B is for Best Friend
Jake doesn't have one.
Not a bestie, not a buddy, not even a one.
Not. one. friend.
Ethan? Has a flock of friends; plays elaborate imaginary games with them, involving 10,000 characters with names like "Flareon" or on screens in parallel universes vanquishing foes with, and acquiring goodies for, their associated avatars.
And Jake? Wants desperately to play, to interact with other kids; but has no one who will give him the time of day.
And this breaks my heart.
This is who Jake now talks to and plays with all day long:
Yes, it's George, Curious George. George is Jake's best and only friend. He's stuffed. Very accommodating. And completely non-judgmental.
In the playroom Jake sits him in the little red car (that he no longer fits in himself), and pushes him all around. George is who shoots baskets with Jake, and slides down the big slide with him.
Seated next to him at the table, George is who Jake's dinnertime conversation is mostly directed at. Better than nothing I suppose. But still, I can feel how he longs, how he yearns for a human kind of companionship.
The other day in the playground there was a child who kindly responded to Jacob's awkward overtures for a while, and it made his day.
It was the first glorious spring day, come late into our interminably long and grueling school "break." I had hauled Jake and Ethan out of their electronic boy-cave, blinking into the sunlight, to meet up with a friend of Ethan's in the park.
We'd ended up in the Hippo Playground, where there are large fiberglass hippos that can be climbed upon and most importantly in, too. Jake was inside of one, his head sticking out between the hippo's gaping jaws, roaring at all who passed by, and this one boy, about Jake's own age, thought that was funny, roared back at him.
Jake was thrilled to find someone willing to speak his language. And since these were, after all, sculptures of wild animals, this was not way too odd, too beyond the pale.

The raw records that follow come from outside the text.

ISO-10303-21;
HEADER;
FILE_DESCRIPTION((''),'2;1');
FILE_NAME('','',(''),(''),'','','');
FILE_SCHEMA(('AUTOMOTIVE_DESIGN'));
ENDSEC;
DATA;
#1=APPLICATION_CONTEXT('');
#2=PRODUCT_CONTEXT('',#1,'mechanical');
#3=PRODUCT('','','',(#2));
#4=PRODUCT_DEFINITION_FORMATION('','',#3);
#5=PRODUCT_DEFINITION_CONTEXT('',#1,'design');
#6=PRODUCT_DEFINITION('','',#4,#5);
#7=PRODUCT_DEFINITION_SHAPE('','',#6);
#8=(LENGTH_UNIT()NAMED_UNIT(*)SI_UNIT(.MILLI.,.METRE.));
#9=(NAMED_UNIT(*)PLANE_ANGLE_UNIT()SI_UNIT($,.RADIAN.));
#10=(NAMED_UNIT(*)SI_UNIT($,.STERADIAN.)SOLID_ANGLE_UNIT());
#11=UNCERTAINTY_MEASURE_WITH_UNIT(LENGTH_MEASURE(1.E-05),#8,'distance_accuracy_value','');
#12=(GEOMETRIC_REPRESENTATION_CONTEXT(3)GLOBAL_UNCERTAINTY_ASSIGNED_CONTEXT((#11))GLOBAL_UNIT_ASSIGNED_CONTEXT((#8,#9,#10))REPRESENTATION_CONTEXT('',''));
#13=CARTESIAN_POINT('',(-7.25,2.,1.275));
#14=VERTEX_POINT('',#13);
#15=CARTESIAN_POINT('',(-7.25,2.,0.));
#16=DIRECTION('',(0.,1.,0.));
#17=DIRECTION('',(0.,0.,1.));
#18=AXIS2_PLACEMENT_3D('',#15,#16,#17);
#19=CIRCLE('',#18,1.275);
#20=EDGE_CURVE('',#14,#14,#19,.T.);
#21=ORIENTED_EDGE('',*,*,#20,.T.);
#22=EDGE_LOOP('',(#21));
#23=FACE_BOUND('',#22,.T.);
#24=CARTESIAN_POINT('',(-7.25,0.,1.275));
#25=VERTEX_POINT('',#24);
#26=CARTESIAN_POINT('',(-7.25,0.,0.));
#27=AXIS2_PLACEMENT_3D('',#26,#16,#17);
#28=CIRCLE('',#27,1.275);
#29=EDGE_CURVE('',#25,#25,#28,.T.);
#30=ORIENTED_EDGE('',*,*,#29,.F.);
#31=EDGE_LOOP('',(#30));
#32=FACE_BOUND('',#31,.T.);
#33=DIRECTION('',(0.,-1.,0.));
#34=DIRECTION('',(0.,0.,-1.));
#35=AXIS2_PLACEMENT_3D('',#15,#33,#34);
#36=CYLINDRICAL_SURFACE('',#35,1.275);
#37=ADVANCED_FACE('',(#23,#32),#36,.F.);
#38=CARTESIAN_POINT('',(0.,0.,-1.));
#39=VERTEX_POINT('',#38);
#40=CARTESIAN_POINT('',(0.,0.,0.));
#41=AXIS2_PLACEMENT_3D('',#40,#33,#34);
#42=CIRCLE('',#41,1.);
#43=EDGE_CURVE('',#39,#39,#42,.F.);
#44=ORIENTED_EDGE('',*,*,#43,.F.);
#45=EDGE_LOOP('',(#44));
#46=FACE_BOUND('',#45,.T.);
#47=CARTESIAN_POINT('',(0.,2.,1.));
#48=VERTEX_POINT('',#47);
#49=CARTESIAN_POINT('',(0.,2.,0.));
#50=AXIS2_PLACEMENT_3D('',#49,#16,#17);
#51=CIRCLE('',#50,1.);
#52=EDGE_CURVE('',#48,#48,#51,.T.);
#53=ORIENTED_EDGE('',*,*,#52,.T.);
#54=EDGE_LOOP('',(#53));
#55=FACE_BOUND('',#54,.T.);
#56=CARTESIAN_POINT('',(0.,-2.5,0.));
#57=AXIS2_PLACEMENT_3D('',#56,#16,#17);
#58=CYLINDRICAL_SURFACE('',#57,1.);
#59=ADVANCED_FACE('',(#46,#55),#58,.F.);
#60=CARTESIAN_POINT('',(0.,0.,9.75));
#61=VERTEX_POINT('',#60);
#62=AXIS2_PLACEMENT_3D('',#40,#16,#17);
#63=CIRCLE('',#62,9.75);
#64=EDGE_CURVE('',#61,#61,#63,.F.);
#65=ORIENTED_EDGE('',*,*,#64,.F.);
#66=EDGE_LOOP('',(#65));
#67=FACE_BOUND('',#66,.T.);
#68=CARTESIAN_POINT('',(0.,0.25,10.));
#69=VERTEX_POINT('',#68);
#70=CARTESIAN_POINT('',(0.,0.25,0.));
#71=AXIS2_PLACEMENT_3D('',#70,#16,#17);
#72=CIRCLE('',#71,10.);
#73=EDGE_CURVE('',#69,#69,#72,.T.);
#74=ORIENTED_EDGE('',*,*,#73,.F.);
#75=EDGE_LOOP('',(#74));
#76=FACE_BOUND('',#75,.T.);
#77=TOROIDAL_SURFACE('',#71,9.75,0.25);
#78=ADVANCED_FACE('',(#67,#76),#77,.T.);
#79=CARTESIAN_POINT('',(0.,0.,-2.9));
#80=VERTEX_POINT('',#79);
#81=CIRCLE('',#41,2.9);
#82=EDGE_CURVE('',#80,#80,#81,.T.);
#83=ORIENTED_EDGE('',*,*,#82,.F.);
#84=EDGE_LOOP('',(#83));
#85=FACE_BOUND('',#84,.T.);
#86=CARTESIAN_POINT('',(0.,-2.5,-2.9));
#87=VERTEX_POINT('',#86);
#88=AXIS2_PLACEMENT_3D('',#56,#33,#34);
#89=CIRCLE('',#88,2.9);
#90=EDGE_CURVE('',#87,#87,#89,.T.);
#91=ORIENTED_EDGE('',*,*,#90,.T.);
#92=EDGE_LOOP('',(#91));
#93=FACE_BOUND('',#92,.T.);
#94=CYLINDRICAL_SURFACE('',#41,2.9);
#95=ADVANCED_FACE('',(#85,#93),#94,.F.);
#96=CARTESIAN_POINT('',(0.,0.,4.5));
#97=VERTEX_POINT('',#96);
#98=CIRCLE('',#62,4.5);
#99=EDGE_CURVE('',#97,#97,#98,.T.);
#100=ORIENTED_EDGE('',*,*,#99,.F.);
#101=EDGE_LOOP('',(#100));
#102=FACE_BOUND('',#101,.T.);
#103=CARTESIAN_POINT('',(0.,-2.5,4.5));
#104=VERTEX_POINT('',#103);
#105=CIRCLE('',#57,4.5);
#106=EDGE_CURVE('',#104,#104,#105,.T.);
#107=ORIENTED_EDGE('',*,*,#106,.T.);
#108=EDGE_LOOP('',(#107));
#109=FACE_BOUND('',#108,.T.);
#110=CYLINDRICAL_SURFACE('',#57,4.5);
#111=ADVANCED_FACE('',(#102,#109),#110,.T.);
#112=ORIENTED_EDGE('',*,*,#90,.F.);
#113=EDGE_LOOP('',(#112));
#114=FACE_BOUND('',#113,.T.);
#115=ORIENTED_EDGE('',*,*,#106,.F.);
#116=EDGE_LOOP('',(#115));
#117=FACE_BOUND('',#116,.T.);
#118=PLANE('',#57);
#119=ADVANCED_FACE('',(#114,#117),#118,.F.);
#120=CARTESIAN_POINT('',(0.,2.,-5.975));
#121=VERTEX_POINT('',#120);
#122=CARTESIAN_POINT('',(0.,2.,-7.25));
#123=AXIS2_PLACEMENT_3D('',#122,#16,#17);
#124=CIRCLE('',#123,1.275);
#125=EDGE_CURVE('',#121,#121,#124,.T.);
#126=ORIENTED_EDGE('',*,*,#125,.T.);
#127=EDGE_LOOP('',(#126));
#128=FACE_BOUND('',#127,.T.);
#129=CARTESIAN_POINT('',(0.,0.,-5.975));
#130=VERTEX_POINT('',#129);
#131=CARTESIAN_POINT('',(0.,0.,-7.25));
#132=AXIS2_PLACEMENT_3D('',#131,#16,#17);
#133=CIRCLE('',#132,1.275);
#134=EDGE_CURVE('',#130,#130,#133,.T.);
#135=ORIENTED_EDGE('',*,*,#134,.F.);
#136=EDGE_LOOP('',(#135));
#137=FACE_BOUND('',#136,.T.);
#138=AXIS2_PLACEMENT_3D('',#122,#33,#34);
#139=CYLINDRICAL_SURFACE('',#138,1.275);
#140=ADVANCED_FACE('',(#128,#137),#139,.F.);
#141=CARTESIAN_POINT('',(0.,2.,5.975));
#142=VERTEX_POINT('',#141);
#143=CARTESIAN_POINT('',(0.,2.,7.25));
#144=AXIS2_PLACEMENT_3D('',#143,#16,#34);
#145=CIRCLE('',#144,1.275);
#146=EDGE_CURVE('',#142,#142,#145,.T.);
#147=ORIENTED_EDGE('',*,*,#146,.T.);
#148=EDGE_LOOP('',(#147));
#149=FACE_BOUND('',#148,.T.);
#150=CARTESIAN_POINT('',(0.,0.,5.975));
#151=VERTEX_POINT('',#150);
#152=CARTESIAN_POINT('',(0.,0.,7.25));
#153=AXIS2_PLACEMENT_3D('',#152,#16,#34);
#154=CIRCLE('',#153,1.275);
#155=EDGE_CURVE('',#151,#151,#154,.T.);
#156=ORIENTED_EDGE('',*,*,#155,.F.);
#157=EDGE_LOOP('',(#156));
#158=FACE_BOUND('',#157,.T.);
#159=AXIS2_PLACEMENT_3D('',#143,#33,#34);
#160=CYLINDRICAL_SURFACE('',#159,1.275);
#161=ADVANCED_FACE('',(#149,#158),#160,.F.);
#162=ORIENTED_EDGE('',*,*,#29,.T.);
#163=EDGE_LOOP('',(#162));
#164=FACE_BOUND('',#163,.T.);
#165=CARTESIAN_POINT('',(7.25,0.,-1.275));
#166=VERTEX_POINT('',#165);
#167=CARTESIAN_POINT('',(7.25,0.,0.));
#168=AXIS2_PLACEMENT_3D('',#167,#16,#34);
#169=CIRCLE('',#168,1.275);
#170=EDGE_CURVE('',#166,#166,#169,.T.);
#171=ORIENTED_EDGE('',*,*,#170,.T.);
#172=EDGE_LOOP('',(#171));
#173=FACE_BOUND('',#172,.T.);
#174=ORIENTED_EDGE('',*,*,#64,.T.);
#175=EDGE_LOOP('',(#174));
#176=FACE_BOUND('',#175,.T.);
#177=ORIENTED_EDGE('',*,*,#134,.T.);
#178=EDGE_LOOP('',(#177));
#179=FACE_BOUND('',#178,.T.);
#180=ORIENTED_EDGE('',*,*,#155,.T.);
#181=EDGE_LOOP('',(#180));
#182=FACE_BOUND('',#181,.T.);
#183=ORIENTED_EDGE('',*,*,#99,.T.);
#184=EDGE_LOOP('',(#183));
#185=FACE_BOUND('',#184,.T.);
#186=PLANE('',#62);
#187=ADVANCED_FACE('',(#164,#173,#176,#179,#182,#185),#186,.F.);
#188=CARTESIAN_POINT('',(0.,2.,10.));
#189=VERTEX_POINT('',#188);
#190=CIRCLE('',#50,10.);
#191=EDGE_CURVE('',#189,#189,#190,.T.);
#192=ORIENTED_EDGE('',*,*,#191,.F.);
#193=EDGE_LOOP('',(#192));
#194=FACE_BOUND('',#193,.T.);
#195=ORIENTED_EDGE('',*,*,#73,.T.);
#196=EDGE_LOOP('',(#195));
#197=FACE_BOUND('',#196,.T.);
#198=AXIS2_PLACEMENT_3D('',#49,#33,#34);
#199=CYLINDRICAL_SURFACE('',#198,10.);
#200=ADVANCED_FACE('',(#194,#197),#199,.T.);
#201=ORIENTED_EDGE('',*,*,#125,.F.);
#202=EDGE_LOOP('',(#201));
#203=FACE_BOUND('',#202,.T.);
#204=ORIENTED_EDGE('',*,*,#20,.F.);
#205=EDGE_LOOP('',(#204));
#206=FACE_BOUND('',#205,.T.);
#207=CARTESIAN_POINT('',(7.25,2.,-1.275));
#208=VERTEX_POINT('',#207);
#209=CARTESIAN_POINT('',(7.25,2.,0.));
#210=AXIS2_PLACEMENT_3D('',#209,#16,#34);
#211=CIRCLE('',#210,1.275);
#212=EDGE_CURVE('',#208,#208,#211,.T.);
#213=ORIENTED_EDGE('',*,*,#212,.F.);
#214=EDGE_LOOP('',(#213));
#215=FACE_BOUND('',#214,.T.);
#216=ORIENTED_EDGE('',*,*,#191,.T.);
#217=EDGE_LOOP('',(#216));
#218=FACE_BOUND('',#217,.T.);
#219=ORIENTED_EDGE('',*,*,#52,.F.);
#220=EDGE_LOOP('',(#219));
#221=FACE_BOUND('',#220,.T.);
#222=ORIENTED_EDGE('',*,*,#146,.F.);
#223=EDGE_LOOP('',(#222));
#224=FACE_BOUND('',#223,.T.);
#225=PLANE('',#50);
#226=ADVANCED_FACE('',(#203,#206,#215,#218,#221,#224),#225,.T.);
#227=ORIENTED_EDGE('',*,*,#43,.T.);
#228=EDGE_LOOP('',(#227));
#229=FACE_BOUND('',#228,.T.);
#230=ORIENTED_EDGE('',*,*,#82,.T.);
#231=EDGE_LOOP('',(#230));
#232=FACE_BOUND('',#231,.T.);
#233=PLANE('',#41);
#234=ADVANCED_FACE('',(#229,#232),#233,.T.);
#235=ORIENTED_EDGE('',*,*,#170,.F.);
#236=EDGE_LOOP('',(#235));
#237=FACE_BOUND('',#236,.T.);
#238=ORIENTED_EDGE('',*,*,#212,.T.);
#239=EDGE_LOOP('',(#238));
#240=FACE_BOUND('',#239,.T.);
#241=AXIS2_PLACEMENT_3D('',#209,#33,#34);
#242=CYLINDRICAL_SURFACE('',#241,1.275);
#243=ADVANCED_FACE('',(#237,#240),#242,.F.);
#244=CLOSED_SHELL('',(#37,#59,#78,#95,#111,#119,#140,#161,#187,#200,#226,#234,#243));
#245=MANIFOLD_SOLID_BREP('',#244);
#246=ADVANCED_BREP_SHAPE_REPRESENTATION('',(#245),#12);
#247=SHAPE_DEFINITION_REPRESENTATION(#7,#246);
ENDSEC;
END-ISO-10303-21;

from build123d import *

# Parameters (mm, degrees)
SKETCH1_R           = 10
BOSS_EXTRUDE1_DEPTH = 2
SKETCH2_R           = 4.5
BOSS_EXTRUDE2_DEPTH = 2.5
SKETCH3_R           = 1.275
CUT_EXTRUDE1_DEPTH  = 15.361406616
FILLET1_R           = 0.25
SKETCH6_R           = 1
CUT_EXTRUDE2_DEPTH  = 15.840822214
SKETCH7_R           = 2.9
CUT_EXTRUDE3_DEPTH  = 2.5


with BuildPart() as part:
    # Sketch1 → Boss-Extrude1 (new body)
    with BuildSketch(Plane(origin=(0, 0, 0), x_dir=(1, 0, 0), z_dir=(0, 1, 0))):
        with Locations(Location((0, 0, 0), (0, 0, 270))):
            Circle(SKETCH1_R)
    extrude(amount=BOSS_EXTRUDE1_DEPTH)

    # Sketch2 → Boss-Extrude2 (add)
    with BuildSketch(Plane(origin=(0, 0, 0), x_dir=(1, 0, 0), z_dir=(0, 1, 0))):
        with Locations(Location((0, 0, 0), (0, 0, 270))):
            Circle(SKETCH2_R)
    extrude(amount=-BOSS_EXTRUDE2_DEPTH)

    # Sketch3 → Cut-Extrude1 (cut, through all)
    with BuildSketch(Plane(origin=(0, 0, 0), x_dir=(1, 0, 0), z_dir=(0, 1, 0))):
        with Locations(Location((0, 7.25, 0), (0, 0, 270))):
            Circle(SKETCH3_R)
        with Locations(Location((-7.25, 0, 0), (0, 0, 270))):
            Circle(SKETCH3_R)
        with Locations(Location((0, -7.25, 0), (0, 0, 90))):
            Circle(SKETCH3_R)
        with Locations(Location((7.25, 0, 0), (0, 0, 90))):
            Circle(SKETCH3_R)
    extrude(amount=CUT_EXTRUDE1_DEPTH, mode=Mode.SUBTRACT)

    # Fillet1
    fillet1_edges = [part.edges().sort_by_distance(p)[0] for p in [
        (0, 0, -10),
    ]]
    fillet(fillet1_edges, radius=FILLET1_R)

    # Sketch6 → Cut-Extrude2 (cut, through all)
    with BuildSketch(Plane(origin=(0, 2, 0), x_dir=(1, 0, 0), z_dir=(0, 1, 0))):
        with Locations(Location((0, 0, 0), (0, 0, 270))):
            Circle(SKETCH6_R)
    extrude(amount=-CUT_EXTRUDE2_DEPTH, mode=Mode.SUBTRACT)

    # Sketch7 → Cut-Extrude3 (cut)
    with BuildSketch(Plane.XZ.offset(2.5)):
        with Locations(Location((0, 0, 0), (0, 0, 270))):
            Circle(SKETCH7_R)
    extrude(amount=-CUT_EXTRUDE3_DEPTH, mode=Mode.SUBTRACT)


solid = part.part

There was no screaming going on, so I parked myself on a bench, allowed myself a distracted moment of Twitter, looked up when Jacob appeared in front of me with a question: "Where's Daniel?"
I was confused "You mean Daddy?" "No," Jacob answered "boy Daniel." And then I understood, Jacob had actually managed to extract a name, all on his own. "You mean the boy in the blue shirt that you were playing with?"
"Yes!" beamed Jacob. "Where's he at, boy Daniel?" and together we scanned the crowded playground for this now familiar person. Spotted on a jungle gym in the distance, Jacob bounded off as I waited on tenterhooks, cringing, hoping, prepared to spring into mother-bearly action should there be rejection, a need for intercession, explanations.
But the gods of autism were smiling upon Jake once again, and this boy surely had a kind and generous nature. For he roared at and chased Jacob a few steps, laughing, happy to go along with the odd request.
And when Jacob roared at him he obligingly shrieked, aped mock fear, ran a few paces then spun back to smile at Jake, before returning to his other friends, playing other, bigger-boy games.
And, nearly unbelievably? Was willing to give it a go again, and again, and again as Jacob returned for round upon round of "growl and chase." This boy, Daniel, never turned mean, never turned on him, just cheerfully went along with the program.
And so, for one day, Jake was just another kid on the playground taking up with a found friend for a while, as kids, regular kids, are wont to do.
And my faith in the goodness of humanity, the kindness of strangers was restored.
It appears that B is also for Best. Day. Ever.
This post has been inspired by and linked up to Jenny Matlock's Alphabe-Thursday writing meme. And aren't there so many nice words that begin with "B"? Like: Beauty and Butterfly. But were my kids to choose? Probably: Burp and Buttocks at the top of the list. I have mentioned they are eight year-old boys, yes?
I'm also linking this post up to Maxabella's I'm grateful for... because I am truly, deeply grateful for kind children like boy Daniel.